Terceirização ilícita ou nepotismo no Banese

Ivânia Pereira

A ‘terceirização’ de atividades profissionais é um fenômeno que traz profundo impacto nas relações do trabalho. A escala terceirizante é avassaladora e hoje estende-se por amplos setores da economia, atingindo  especialmente os serviços de vigilância, telefonia, transporte,  alimentação, administração de pessoal, manutenção, jurídicos,  comunicação social, e pasmem até as atividades bancárias.

A terceirização vem acompanhada de profunda repercussão social, política e econômica, na vida de milhões de cidadãos brasileiros, trabalhadores, diretamente atingidos por seus efeitos. Tem como justificativa e pano de fundo a redução dos custos empresariais, conforme se anuncia, que são espetaculares, assim como também o é a redução dos empregos diretos, e fundamentalmente a crescente precarização das condições de trabalho.

Em 2006, a partir de demanda da Confederação dos Bancários, o Ministério do Trabalho vistoriou vários bancos que foram denunciados por estarem terceirizando atividades fins, culminando em autuações de R$ 10 milhões em três bancos privados. Além disso, o Ministério do Trabalho reconheceu como bancários todos os trabalhadores que prestavam serviços terceirizados aos bancos e ordenou que eles fossem registrados como tal, concluindo então o MT pelo que chamou de “Ilicitude da terceirização”.

No setor público e de economia mista, rechaça-se qualquer possibilidade de terceirização, por ser incompatível com a própria finalidade do Estado, que é a promoção do bem comum. Além de significar porta aberta para todo tipo de fraude e corrupção, é uma verdadeira ‘privatização’ do lucro e ‘socialização’ dos prejuízos. Ou melhor, é uma privatização bancada com os recursos públicos.

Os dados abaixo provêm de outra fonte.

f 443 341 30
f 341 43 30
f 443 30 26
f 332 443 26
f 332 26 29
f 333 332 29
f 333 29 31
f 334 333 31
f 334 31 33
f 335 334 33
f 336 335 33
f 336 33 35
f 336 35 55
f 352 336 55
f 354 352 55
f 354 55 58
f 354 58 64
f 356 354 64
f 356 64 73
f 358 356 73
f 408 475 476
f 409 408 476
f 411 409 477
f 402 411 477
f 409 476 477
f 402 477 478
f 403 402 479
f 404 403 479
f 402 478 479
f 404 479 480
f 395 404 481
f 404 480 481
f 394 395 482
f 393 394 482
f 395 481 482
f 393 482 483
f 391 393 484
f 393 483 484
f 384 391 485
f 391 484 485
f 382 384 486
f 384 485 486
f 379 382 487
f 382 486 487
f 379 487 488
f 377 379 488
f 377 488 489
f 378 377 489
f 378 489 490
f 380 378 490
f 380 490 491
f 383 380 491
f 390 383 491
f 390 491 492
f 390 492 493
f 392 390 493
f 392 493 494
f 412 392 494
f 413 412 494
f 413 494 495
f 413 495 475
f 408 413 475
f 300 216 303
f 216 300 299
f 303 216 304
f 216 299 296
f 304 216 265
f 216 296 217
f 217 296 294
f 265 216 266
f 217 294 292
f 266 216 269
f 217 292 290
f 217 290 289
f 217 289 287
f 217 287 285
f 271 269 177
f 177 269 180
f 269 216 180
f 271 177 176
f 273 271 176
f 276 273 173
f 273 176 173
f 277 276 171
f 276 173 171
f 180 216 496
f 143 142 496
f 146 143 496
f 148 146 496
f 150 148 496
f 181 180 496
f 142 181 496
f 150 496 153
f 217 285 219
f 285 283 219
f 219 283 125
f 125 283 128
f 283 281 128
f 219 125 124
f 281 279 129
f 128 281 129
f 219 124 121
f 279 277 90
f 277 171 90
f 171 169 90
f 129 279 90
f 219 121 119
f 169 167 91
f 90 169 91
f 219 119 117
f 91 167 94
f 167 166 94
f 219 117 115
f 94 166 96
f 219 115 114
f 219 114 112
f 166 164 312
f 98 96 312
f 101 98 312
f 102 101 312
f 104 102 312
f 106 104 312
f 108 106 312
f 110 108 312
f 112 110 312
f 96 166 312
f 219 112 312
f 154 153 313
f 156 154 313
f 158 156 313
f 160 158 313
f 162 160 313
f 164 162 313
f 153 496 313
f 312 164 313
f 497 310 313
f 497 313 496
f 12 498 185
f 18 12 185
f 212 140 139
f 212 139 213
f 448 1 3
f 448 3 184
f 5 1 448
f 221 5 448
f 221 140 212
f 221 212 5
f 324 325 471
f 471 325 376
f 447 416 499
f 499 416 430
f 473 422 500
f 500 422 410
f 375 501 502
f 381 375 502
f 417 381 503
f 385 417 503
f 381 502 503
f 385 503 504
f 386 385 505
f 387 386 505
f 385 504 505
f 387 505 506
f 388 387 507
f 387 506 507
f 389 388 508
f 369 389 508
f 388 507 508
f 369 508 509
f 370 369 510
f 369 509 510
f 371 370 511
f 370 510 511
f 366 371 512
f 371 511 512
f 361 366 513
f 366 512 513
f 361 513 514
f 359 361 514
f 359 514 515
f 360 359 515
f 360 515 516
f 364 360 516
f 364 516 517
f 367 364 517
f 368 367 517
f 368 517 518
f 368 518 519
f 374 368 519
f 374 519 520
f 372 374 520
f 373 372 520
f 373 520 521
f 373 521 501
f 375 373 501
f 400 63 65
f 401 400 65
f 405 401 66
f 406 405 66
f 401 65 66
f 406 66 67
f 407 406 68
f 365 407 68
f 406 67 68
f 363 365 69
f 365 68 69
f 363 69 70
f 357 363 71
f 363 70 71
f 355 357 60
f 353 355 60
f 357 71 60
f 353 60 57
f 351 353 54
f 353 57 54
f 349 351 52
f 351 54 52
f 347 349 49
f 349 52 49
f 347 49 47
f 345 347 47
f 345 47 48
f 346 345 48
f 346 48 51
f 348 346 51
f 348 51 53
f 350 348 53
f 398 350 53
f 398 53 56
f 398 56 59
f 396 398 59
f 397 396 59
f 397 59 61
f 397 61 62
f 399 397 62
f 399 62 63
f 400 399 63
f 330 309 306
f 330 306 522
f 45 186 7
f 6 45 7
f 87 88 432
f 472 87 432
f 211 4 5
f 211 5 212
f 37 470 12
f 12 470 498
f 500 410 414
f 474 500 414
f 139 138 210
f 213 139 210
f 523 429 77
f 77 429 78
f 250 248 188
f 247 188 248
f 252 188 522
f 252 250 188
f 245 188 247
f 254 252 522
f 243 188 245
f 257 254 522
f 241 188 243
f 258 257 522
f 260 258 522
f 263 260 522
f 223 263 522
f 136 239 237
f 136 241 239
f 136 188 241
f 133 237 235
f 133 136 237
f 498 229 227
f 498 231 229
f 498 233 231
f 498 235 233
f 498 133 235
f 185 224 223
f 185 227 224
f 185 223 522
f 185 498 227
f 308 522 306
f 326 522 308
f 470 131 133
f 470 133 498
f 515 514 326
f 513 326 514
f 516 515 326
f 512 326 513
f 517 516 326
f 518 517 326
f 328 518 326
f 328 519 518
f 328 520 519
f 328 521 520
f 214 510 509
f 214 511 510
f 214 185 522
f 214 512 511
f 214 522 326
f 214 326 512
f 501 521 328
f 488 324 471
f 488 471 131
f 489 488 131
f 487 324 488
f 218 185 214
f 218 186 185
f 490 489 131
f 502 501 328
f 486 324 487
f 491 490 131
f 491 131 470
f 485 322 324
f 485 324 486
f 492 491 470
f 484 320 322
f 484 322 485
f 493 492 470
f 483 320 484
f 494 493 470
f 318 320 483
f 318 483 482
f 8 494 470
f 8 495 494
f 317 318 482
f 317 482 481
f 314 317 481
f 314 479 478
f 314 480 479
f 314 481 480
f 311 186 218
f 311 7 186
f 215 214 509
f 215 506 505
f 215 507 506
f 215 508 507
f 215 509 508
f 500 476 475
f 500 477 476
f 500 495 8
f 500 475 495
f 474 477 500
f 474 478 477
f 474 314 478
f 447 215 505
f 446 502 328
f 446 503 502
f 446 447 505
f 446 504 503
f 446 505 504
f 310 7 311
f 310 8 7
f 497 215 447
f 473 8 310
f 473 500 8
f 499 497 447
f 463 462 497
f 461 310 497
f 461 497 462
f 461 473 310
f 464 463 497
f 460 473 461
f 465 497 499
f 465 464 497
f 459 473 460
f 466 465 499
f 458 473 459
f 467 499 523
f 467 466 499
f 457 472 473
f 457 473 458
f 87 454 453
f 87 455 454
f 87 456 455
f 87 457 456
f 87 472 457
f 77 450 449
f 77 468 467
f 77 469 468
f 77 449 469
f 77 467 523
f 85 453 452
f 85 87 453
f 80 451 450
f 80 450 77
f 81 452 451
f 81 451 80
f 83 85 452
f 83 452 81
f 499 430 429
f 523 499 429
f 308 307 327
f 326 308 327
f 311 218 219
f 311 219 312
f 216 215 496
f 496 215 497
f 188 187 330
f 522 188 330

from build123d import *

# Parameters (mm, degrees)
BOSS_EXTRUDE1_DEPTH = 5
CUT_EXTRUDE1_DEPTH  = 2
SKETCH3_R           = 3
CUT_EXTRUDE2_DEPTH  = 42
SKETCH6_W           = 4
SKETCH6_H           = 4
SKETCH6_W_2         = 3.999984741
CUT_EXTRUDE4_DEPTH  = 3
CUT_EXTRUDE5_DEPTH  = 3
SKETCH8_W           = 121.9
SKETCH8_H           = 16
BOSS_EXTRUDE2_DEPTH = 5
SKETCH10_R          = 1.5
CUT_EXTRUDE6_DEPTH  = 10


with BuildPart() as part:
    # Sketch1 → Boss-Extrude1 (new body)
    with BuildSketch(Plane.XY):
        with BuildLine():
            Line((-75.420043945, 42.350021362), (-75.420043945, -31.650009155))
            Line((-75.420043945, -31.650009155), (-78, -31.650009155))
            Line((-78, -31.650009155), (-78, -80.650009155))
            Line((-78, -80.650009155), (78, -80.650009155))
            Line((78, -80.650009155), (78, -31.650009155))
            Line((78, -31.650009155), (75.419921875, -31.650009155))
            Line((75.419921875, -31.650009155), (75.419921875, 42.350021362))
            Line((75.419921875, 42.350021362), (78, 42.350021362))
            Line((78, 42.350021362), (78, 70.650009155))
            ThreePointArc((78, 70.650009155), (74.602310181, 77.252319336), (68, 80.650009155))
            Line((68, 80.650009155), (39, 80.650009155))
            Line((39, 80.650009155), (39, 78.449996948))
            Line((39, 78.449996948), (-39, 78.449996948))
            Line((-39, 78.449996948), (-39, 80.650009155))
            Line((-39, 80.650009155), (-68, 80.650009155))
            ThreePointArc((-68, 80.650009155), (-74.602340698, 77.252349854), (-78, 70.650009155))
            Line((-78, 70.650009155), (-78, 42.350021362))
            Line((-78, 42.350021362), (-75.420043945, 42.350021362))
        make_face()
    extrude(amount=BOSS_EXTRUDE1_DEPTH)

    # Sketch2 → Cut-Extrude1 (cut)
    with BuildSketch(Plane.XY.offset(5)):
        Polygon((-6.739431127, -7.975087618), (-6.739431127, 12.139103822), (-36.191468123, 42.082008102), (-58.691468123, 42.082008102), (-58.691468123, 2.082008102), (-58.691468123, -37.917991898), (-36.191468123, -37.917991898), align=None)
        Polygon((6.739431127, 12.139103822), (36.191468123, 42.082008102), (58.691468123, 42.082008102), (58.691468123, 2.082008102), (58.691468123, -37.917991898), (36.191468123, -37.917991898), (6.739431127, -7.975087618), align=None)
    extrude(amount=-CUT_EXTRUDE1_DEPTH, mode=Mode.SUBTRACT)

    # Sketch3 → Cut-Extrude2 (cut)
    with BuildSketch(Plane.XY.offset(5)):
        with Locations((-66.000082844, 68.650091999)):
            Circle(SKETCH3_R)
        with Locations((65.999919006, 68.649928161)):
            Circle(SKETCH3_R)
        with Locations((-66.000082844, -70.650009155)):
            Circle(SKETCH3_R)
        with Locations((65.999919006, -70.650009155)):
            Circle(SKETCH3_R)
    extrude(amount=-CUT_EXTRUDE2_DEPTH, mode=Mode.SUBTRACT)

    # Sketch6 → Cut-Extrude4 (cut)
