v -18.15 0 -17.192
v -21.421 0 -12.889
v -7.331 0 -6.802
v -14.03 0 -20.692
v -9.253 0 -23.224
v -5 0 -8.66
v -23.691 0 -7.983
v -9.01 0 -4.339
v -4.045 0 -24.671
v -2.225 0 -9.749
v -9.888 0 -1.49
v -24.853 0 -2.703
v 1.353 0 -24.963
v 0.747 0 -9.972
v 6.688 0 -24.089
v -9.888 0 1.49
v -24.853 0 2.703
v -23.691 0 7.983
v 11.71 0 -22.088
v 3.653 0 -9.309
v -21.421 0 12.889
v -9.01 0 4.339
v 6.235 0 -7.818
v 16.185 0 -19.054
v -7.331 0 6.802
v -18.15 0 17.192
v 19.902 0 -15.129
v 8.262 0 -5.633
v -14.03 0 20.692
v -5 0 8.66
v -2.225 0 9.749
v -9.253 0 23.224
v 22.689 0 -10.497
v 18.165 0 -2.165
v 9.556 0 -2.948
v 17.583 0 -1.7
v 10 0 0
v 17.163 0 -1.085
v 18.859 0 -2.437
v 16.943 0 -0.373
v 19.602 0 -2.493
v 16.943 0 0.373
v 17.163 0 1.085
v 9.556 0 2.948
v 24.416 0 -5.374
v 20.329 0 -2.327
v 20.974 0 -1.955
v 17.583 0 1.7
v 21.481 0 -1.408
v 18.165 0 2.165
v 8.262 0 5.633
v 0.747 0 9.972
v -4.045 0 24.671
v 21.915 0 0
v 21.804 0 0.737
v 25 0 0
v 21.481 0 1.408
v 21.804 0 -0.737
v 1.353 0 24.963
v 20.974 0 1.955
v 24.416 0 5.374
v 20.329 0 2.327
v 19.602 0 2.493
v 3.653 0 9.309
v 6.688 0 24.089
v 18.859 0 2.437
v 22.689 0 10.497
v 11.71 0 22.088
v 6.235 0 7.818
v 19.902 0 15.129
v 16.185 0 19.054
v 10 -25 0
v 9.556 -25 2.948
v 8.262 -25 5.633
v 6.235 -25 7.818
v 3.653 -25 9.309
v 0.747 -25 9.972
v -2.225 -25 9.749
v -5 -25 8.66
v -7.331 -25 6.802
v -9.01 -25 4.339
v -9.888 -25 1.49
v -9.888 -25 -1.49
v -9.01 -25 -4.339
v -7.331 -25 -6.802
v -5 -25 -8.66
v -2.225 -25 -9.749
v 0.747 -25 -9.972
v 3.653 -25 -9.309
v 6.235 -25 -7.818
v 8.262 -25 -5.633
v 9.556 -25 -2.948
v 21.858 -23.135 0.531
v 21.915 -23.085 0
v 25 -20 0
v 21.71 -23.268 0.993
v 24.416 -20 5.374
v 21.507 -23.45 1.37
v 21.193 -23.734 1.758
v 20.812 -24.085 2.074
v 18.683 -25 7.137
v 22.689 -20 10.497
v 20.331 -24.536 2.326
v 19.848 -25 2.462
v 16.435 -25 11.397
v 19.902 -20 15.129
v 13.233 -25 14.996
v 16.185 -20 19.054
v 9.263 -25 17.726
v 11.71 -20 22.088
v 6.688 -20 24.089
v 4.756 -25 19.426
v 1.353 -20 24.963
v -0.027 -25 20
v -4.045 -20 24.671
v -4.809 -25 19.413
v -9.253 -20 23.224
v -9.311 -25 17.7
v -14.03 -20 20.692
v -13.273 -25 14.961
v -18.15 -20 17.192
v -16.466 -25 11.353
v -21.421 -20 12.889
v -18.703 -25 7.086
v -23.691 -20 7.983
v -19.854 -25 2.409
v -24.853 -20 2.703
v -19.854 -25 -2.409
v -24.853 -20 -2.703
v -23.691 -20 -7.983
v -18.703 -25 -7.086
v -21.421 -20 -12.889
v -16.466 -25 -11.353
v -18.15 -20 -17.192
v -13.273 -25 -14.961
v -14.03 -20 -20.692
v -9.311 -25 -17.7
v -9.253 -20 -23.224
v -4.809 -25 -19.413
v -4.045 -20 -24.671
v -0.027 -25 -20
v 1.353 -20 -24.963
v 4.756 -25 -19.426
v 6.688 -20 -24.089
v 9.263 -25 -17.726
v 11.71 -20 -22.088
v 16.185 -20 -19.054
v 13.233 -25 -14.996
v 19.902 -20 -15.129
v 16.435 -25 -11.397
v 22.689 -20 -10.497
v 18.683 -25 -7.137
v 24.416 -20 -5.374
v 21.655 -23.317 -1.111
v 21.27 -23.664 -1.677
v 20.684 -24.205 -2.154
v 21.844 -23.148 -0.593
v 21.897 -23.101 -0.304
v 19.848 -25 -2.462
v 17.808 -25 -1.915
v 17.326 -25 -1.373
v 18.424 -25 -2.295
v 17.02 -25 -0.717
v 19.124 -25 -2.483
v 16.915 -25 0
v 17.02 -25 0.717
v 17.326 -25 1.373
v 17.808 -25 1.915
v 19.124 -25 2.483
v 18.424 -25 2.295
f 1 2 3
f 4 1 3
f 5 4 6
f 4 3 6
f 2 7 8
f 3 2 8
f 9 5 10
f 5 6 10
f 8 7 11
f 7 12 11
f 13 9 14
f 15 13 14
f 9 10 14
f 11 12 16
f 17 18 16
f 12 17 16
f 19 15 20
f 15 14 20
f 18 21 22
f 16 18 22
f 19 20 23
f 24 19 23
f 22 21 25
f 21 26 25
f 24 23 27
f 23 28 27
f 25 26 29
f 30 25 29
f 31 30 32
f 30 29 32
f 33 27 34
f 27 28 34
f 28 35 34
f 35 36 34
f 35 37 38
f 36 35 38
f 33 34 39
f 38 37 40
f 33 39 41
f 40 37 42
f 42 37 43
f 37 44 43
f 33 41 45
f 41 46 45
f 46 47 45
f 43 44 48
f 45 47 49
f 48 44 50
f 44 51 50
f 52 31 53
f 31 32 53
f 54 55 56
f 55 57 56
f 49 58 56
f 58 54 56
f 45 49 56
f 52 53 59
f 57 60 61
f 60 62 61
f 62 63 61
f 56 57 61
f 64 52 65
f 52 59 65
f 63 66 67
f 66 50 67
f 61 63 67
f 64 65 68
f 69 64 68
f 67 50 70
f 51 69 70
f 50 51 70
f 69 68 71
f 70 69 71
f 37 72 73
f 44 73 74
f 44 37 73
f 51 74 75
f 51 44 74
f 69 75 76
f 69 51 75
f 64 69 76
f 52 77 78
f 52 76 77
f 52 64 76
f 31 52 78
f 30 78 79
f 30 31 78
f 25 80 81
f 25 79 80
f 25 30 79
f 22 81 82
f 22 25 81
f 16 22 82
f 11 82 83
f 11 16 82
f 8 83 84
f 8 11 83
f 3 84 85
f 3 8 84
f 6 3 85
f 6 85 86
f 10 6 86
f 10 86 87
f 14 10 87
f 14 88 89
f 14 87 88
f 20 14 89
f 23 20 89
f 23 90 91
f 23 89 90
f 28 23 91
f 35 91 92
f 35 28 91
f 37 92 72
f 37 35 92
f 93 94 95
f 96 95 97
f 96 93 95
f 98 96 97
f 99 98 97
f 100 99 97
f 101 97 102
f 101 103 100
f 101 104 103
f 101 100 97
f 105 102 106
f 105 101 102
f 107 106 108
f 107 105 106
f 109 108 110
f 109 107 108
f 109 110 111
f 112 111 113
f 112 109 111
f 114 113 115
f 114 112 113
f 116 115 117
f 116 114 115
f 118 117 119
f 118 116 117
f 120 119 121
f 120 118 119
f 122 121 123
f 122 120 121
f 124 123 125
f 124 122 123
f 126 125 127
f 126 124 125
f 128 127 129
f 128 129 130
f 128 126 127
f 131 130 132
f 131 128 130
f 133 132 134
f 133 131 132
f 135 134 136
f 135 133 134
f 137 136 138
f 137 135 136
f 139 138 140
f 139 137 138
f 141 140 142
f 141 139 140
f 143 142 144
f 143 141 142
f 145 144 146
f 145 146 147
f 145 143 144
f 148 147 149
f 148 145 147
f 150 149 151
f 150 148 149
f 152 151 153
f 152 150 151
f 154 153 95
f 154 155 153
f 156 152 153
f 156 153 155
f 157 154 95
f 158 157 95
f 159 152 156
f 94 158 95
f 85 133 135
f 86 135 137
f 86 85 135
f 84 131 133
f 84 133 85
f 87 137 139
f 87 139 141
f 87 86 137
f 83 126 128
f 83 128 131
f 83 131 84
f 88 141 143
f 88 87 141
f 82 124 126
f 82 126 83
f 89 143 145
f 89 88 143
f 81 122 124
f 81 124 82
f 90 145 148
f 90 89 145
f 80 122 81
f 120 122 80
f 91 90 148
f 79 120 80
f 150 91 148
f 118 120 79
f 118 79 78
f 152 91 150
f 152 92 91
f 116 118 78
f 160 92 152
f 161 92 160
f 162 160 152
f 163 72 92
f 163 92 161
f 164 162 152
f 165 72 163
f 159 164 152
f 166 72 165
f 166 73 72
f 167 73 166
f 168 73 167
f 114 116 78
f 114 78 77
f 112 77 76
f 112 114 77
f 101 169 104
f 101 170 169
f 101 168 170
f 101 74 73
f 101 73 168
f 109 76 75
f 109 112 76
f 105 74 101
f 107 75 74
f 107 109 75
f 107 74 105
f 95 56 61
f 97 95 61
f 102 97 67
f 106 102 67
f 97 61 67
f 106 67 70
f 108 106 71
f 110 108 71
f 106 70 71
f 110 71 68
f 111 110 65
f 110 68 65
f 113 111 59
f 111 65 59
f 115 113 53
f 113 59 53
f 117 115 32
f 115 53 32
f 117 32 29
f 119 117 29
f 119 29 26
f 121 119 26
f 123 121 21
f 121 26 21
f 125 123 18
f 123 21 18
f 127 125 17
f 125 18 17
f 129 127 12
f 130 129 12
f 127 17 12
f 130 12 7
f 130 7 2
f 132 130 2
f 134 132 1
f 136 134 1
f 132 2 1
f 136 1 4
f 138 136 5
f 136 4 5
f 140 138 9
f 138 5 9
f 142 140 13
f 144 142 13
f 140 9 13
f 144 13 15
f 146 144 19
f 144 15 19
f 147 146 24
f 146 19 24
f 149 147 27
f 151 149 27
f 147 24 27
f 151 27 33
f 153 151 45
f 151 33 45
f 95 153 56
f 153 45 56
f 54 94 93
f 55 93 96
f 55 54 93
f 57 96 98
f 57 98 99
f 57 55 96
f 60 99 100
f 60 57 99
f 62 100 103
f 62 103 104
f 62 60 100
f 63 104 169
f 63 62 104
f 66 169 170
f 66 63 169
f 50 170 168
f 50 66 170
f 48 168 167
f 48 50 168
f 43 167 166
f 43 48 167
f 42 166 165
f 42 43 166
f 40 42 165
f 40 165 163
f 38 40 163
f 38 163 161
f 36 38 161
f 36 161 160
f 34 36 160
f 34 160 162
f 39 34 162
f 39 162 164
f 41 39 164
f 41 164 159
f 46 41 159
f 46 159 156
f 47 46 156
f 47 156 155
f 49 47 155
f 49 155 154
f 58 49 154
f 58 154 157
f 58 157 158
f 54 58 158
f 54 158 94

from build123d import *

# Parameters (mm, degrees)
F0_R     = 25
F1_DEPTH = 25
F2_R     = 10
F3_DEPTH = 50
F4_SIZE  = 5
F5_R     = 2.5
F6_DEPTH = 25


with BuildPart() as f1:
    # F0 (on Front) → F1 (new body)
    with BuildSketch(Plane.XZ):
        Circle(F0_R)
    extrude(amount=F1_DEPTH)

    # F2 (on Front) → F3 (cut)
    with BuildSketch(Plane.XZ):
        Circle(F2_R)
    extrude(amount=F3_DEPTH, mode=Mode.SUBTRACT)

    # F4
    f4_edges = [f1.edges().sort_by_distance(p)[0] for p in [
        (-25, -25, 0),
    ]]
    chamfer(f4_edges, length=F4_SIZE)

    # F5 (on Front) → F6 (cut)
    with BuildSketch(Plane.XZ):
        with Locations((19.415321, 0)):
            Circle(F5_R)
    extrude(amount=F6_DEPTH, mode=Mode.SUBTRACT)


solid = f1.part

O Banco do estado de Sergipe – Banese -, ignorando tudo isso, vem nos últimos meses desenvolvendo uma política agressiva de terceirização dos postos de serviço do banco, como, por exemplo, o do IPES, do Fórum Gumercindo Bessa, do Hospital João Alves, da Secretaria de Finanças do Município de Aracaju, do Mercado, do Bugiu e do Detran. E isto não é correspondente bancário, estes são espaços privilegiados que foram abertos para o ente público Banese.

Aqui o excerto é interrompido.